Ground measurements of the gravitational redshift questioned:re-establishing the physical bases
Anna M. Nobili, Alberto Anselmi

TL;DR
This paper critically reexamines the Pound-Rebka experiment, clarifying that it measured gravitational redshift as originally predicted, countering recent claims of a Doppler shift interpretation.
Contribution
The authors correct a misunderstanding about the Pound-Rebka experiment, reaffirming its measurement of gravitational redshift and clarifying the physical interpretation involved.
Findings
The Pound-Rebka experiment measured gravitational redshift as predicted by Einstein.

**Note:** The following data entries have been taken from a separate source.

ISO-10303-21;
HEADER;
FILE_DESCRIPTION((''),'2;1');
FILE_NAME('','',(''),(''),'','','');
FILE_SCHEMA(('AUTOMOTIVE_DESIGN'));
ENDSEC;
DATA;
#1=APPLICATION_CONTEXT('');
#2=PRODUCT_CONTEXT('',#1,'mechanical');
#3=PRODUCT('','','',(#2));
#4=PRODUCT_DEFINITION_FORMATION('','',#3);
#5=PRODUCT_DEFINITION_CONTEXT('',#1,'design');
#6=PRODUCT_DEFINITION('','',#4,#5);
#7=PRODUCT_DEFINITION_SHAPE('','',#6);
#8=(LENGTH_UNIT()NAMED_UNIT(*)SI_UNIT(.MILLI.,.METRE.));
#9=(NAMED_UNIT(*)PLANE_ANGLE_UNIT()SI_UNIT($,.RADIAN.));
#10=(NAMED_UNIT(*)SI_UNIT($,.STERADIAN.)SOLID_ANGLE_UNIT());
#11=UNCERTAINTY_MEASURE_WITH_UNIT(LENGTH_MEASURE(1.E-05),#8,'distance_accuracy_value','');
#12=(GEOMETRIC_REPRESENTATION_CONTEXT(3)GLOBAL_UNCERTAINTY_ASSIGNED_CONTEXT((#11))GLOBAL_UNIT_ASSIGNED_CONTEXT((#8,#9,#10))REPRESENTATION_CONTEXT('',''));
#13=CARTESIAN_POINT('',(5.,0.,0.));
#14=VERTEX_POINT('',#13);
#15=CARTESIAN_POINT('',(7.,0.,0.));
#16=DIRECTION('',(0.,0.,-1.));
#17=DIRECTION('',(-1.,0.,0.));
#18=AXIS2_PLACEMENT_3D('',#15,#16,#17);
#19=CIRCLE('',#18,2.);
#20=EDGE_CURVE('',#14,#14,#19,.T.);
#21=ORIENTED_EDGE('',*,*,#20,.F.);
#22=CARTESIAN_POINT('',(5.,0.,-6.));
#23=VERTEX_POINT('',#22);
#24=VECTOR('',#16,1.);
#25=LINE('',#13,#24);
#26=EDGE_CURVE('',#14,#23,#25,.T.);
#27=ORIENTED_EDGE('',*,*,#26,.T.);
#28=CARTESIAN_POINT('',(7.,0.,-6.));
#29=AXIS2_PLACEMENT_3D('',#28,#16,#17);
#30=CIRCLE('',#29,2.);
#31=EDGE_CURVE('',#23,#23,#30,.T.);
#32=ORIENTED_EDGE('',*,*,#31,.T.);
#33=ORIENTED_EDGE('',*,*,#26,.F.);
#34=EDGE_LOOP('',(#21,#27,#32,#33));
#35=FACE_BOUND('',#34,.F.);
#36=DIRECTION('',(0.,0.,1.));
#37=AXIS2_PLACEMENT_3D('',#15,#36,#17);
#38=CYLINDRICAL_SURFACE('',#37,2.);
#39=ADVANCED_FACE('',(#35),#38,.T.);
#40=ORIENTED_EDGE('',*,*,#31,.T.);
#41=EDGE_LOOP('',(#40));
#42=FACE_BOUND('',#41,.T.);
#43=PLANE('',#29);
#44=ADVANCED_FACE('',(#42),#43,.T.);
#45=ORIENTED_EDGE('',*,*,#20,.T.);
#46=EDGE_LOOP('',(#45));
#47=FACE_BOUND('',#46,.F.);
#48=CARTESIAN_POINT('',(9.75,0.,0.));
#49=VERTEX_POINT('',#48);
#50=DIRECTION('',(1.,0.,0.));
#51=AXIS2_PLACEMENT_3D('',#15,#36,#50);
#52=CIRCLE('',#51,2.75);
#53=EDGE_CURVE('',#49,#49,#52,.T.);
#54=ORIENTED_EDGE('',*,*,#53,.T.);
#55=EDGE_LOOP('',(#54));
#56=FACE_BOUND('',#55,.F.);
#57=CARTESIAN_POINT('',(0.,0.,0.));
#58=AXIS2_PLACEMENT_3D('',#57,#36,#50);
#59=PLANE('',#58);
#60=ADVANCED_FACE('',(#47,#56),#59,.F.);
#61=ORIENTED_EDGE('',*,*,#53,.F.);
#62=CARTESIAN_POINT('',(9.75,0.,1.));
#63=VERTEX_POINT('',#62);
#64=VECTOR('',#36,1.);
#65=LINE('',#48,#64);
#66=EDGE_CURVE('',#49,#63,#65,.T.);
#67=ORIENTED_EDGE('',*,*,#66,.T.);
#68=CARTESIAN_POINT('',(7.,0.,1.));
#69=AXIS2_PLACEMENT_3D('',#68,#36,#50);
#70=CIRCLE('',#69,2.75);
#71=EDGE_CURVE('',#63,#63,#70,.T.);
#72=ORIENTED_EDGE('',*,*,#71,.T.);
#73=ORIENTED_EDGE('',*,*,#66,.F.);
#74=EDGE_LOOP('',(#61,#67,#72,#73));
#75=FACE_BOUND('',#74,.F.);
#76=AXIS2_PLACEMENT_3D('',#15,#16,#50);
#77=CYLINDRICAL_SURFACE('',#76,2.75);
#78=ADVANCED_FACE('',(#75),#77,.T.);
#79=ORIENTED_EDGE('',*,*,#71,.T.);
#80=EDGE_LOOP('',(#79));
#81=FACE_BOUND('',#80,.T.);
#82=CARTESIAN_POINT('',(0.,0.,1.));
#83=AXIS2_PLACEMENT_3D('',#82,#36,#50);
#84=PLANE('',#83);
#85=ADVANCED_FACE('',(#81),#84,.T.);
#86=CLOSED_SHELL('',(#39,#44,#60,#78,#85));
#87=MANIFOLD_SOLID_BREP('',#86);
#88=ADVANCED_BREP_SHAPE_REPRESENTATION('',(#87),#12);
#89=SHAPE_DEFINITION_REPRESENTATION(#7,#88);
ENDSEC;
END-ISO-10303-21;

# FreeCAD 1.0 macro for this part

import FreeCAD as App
import Part
import Sketcher

V = App.Vector
Q = App.Units.Quantity

doc = App.newDocument("Part")
body = doc.addObject("PartDesign::Body", "Body")

sketch1 = body.newObject("Sketcher::SketchObject", "Sketch")
sketch1.AttachmentSupport = (doc.getObject("XY_Plane"), [""])
sketch1.MapMode = "FlatFace"
sketch1.addGeometry(Part.Circle(V(7, 0, 0), V(0, 0, 1), 2.75), False)
sketch1.addConstraint(Sketcher.Constraint("PointOnObject", 0, 3, -1))
sketch1.addConstraint(Sketcher.Constraint("Diameter", 0, Q("5.5 mm")))
sketch1.addConstraint(Sketcher.Constraint("DistanceX", -1, 1, 0, 3, Q("7 mm")))
pad1 = body.newObject("PartDesign::Pad", "Pad")
pad1.Profile = sketch1
pad1.Length = 1

sketch2 = body.newObject("Sketcher::SketchObject", "Sketch001")
sketch2.AttachmentSupport = (doc.getObject("XY_Plane"), [""])
sketch2.MapMode = "FlatFace"
sketch2.addGeometry(Part.Circle(V(7, 0, 0), V(0, 0, 1), 2), False)
sketch2.addConstraint(Sketcher.Constraint("PointOnObject", 0, 3, -1))
sketch2.addConstraint(Sketcher.Constraint("Diameter", 0, Q("4 mm")))
sketch2.addConstraint(Sketcher.Constraint("DistanceX", -1, 1, 0, 3, Q("7 mm")))
pad2 = body.newObject("PartDesign::Pad", "Pad001")
pad2.Profile = sketch2
pad2.Length = 6
pad2.Reversed = True

doc.recompute()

Misinterpretations of reference frames led to incorrect conclusions about the experiment.
The original experiment's results are validated as a measurement of gravitational redshift.
Abstract
Motivated by alleged inconsistencies in the scientific and educational literature, Asenbaum, Overstreet and Kasevic \href{https://doi.org/10.1088/1402-4896/ad340c}{(2024)} aim to clarify some fundamental concepts in the physics of gravitation. To this end they reexamine the first experimental measurement of the gravitational redshift by Pound and Rebka in 1960, claiming that it did not in fact measure the gravitational redshift predicted by Einstein almost half a century earlier, but rather a Doppler shift originating from non-gravitational reaction forces. We show that their conclusion arises from a misunderstanding of the reference systems involved, along with an unphysical interpretation of non gravitational forces. Thus, our work restores the Pound and Rebka experiment to its rightful place in Physics.